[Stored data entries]
╔══

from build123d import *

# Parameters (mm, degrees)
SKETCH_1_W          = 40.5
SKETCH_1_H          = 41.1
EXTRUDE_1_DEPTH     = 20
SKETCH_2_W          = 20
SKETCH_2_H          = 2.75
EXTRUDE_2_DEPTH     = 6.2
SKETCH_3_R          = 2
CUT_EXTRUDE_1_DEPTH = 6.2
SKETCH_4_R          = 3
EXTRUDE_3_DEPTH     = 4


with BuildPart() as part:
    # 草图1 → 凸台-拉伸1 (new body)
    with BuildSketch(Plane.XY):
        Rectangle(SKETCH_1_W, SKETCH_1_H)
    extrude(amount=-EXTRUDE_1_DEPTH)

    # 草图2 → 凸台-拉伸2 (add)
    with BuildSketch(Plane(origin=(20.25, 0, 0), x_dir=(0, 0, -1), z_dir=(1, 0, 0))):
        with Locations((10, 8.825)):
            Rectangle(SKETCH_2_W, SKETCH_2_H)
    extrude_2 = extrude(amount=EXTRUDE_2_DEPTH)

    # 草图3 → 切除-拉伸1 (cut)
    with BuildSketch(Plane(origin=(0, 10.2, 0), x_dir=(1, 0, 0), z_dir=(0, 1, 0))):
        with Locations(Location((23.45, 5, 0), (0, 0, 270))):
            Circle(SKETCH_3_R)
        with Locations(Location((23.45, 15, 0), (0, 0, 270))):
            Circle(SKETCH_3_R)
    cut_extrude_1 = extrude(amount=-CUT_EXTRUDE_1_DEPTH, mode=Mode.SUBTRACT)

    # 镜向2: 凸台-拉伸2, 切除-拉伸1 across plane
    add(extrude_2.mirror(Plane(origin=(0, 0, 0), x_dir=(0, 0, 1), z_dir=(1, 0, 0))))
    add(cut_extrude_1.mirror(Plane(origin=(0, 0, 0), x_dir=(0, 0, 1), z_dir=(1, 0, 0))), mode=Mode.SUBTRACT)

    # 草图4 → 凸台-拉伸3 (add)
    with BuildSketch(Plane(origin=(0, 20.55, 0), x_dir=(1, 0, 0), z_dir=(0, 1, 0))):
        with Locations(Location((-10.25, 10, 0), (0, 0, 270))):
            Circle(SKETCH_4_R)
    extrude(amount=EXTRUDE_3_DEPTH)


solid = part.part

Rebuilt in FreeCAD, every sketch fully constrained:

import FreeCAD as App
import Part
import Sketcher
from FreeCAD import Vector

doc = App.newDocument("Part")
body = doc.addObject("PartDesign::Body", "Body")

# Sketch on XY plane
sketch1 = body.newObject("Sketcher::SketchObject", "Sketch")
sketch1.AttachmentSupport = (doc.getObject("XY_Plane"), [""])
sketch1.MapMode = "FlatFace"
sketch1.addGeometry([
    Part.LineSegment(Vector(-20.25, 20.55, 0), Vector(-20.25, -20.55, 0)),
    Part.LineSegment(Vector(-20.25, -20.55, 0), Vector(20.25, -20.55, 0)),
    Part.LineSegment(Vector(20.25, -20.55, 0), Vector(20.25, 20.55, 0)),
    Part.LineSegment(Vector(20.25, 20.55, 0), Vector(-20.25, 20.55, 0)),
], False)
sketch1.addConstraint([
    Sketcher.Constraint("Coincident", 0, 2, 1, 1),
    Sketcher.Constraint("Coincident", 1, 2, 2, 1),
    Sketcher.Constraint("Coincident", 2, 2, 3, 1),
    Sketcher.Constraint("Coincident", 3, 2, 0, 1),
    Sketcher.Constraint("Vertical", 0),
    Sketcher.Constraint("Horizontal", 1),
    Sketcher.Constraint("Vertical", 2),
    Sketcher.Constraint("Horizontal", 3),
    Sketcher.Constraint("Symmetric", 0, 2, 2, 2, -1, 1),
    Sketcher.Constraint("DistanceX", 1, 1, 1, 2, 40.5),
    Sketcher.Constraint("DistanceY", 0, 2, 0, 1, 41.1),
])
pad1 = body.newObject("PartDesign::Pad", "Pad")
pad1.Profile = sketch1
pad1.Length = 20
pad1.Reversed = True

# Sketch on YZ plane
sketch2 = body.newObject("Sketcher::SketchObject", "Sketch001")
sketch2.AttachmentSupport = (doc.getObject("YZ_Plane"), [""])
sketch2.MapMode = "FlatFace"
sketch2.AttachmentOffset = App.Placement(Vector(0, 0, 20.25), App.Rotation())
sketch2.addGeometry([
    Part.LineSegment(Vector(10.2, 0, 0), Vector(7.45, 0, 0)),
    Part.LineSegment(Vector(7.45, 0, 0), Vector(7.45, -20, 0)),
    Part.LineSegment(Vector(7.45, -20, 0), Vector(10.2, -20, 0)),
    Part.LineSegment(Vector(10.2, -20, 0), Vector(10.2, 0, 0)),
], False)
sketch2.addConstraint([
    Sketcher.Constraint("Coincident", 0, 2, 1, 1),
    Sketcher.Constraint("Coincident", 1, 2, 2, 1),
    Sketcher.Constraint("Coincident", 2, 2, 3, 1),
    Sketcher.Constraint("Coincident", 3, 2, 0, 1),
    Sketcher.Constraint("Horizontal", 0),
    Sketcher.Constraint("Vertical", 1),
    Sketcher.Constraint("Horizontal", 2),
    Sketcher.Constraint("Vertical", 3),
    Sketcher.Constraint("PointOnObject", 0, 2, -1),
    Sketcher.Constraint("DistanceY", 1, 2, 1, 1, 20.0),
    Sketcher.Constraint("DistanceX", 0, 2, 0, 1, 2.75),
    Sketcher.Constraint("DistanceX", -1, 1, 2, 2, 10.2),
])
pad2 = body.newObject("PartDesign::Pad", "Pad001")
pad2.Profile = sketch2
pad2.Length = 6.2

# Sketch on XZ plane
sketch3 = body.newObject("Sketcher::SketchObject", "Sketch002")
sketch3.AttachmentSupport = (doc.getObject("XZ_Plane"), [""])
sketch3.MapMode = "FlatFace"
sketch3.AttachmentOffset = App.Placement(Vector(0, 0, -10.2), App.Rotation())
sketch3.addGeometry([
    Part.Circle(Vector(23.45, -5, 0), Vector(0, 0, 1), 2),
    Part.Circle(Vector(23.45, -15, 0), Vector(0, 0, 1), 2),
], False)
sketch3.addConstraint([
    Sketcher.Constraint("Equal", 0, 1),
    Sketcher.Constraint("Vertical", 0, 3, 1, 3),
    Sketcher.Constraint("Diameter", 0, 4.0),
    Sketcher.Constraint("DistanceY", 0, 3, -1, 1, 5.0),
    Sketcher.Constraint("DistanceY", 1, 3, -1, 1, 15.0),
    Sketcher.Constraint("DistanceX", -1, 1, 0, 3, 23.45),
])
pocket1 = body.newObject("PartDesign::Pocket", "Pocket")
pocket1.Profile = sketch3
pocket1.Length = 6.2
pocket1.Reversed = True
doc.recompute()

mirrored = body.newObject("PartDesign::Mirrored", "Mirrored")
mirrored.Originals = [pad2, pocket1]
mirrored.MirrorPlane = (doc.getObject("YZ_Plane"), [""])
body.Tip = mirrored

# Sketch on XZ plane
sketch4 = body.newObject("Sketcher::SketchObject", "Sketch003")
sketch4.AttachmentSupport = (doc.getObject("XZ_Plane"), [""])
sketch4.MapMode = "FlatFace"
sketch4.AttachmentOffset = App.Placement(Vector(0, 0, -20.55), App.Rotation())
sketch4.addGeometry(Part.Circle(Vector(-10.25, -10, 0), Vector(0, 0, 1), 3), False)
sketch4.addConstraint([
    Sketcher.Constraint("Diameter", 0, 6.0),
    Sketcher.Constraint("DistanceY", 0, 3, -1, 1, 10.0),
    Sketcher.Constraint("DistanceX", 0, 3, -1, 1, 10.25),
])
pad3 = body.newObject("PartDesign::Pad", "Pad002")
pad3.Profile = sketch4
pad3.Length = 4
pad3.Reversed = True

doc.recompute()
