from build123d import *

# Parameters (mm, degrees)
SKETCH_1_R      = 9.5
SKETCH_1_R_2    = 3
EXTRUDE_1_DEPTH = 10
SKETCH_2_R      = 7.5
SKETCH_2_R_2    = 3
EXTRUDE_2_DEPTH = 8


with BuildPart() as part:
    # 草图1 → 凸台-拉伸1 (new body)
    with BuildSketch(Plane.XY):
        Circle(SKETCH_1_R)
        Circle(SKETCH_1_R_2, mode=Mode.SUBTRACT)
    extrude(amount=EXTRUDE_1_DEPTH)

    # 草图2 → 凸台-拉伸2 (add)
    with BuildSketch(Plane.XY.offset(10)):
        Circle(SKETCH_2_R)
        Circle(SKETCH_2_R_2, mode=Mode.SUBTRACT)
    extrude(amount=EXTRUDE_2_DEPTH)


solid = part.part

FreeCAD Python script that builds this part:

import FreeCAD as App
import Part
import Sketcher
from FreeCAD import Vector
Q = App.Units.Quantity

doc = App.newDocument("Part")
body = doc.addObject("PartDesign::Body", "Body")

# Sketch on XY plane
sketch1 = body.newObject("Sketcher::SketchObject", "Sketch")
sketch1.AttachmentSupport = (doc.getObject("XY_Plane"), [""])
sketch1.MapMode = "FlatFace"
sketch1.addGeometry([
    Part.Circle(Vector(0, 0, 0), Vector(0, 0, 1), 9.5),
    Part.Circle(Vector(0, 0, 0), Vector(0, 0, 1), 3),
], False)
sketch1.addConstraint([
    Sketcher.Constraint("Coincident", 0, 3, -1, 1),
    Sketcher.Constraint("Coincident", 1, 3, -1, 1),
    Sketcher.Constraint("Diameter", 0, Q("19 mm")),
    Sketcher.Constraint("Diameter", 1, Q("6 mm")),
])
pad1 = body.newObject("PartDesign::Pad", "Pad")
pad1.Profile = sketch1
pad1.Length = 10

# Sketch on XY plane
sketch2 = body.newObject("Sketcher::SketchObject", "Sketch001")
sketch2.AttachmentSupport = (doc.getObject("XY_Plane"), [""])
sketch2.MapMode = "FlatFace"
sketch2.AttachmentOffset = App.Placement(Vector(0, 0, 10), App.Rotation())
sketch2.addGeometry([
    Part.Circle(Vector(0, 0, 0), Vector(0, 0, 1), 7.5),
    Part.Circle(Vector(0, 0, 0), Vector(0, 0, 1), 3),
], False)
sketch2.addConstraint([
    Sketcher.Constraint("Coincident", 0, 3, -1, 1),
    Sketcher.Constraint("Coincident", 1, 3, -1, 1),
    Sketcher.Constraint("Diameter", 0, Q("15 mm")),
    Sketcher.Constraint("Diameter", 1, Q("6 mm")),
])
pad2 = body.newObject("PartDesign::Pad", "Pad001")
pad2.Profile = sketch2
pad2.Length = 8

doc.recompute()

╚══

| DIRECTIONS FOR THIS TASK |
Lines with the word "amount" in the data need counting; report the count alone.

| COMPLETED TASK |
6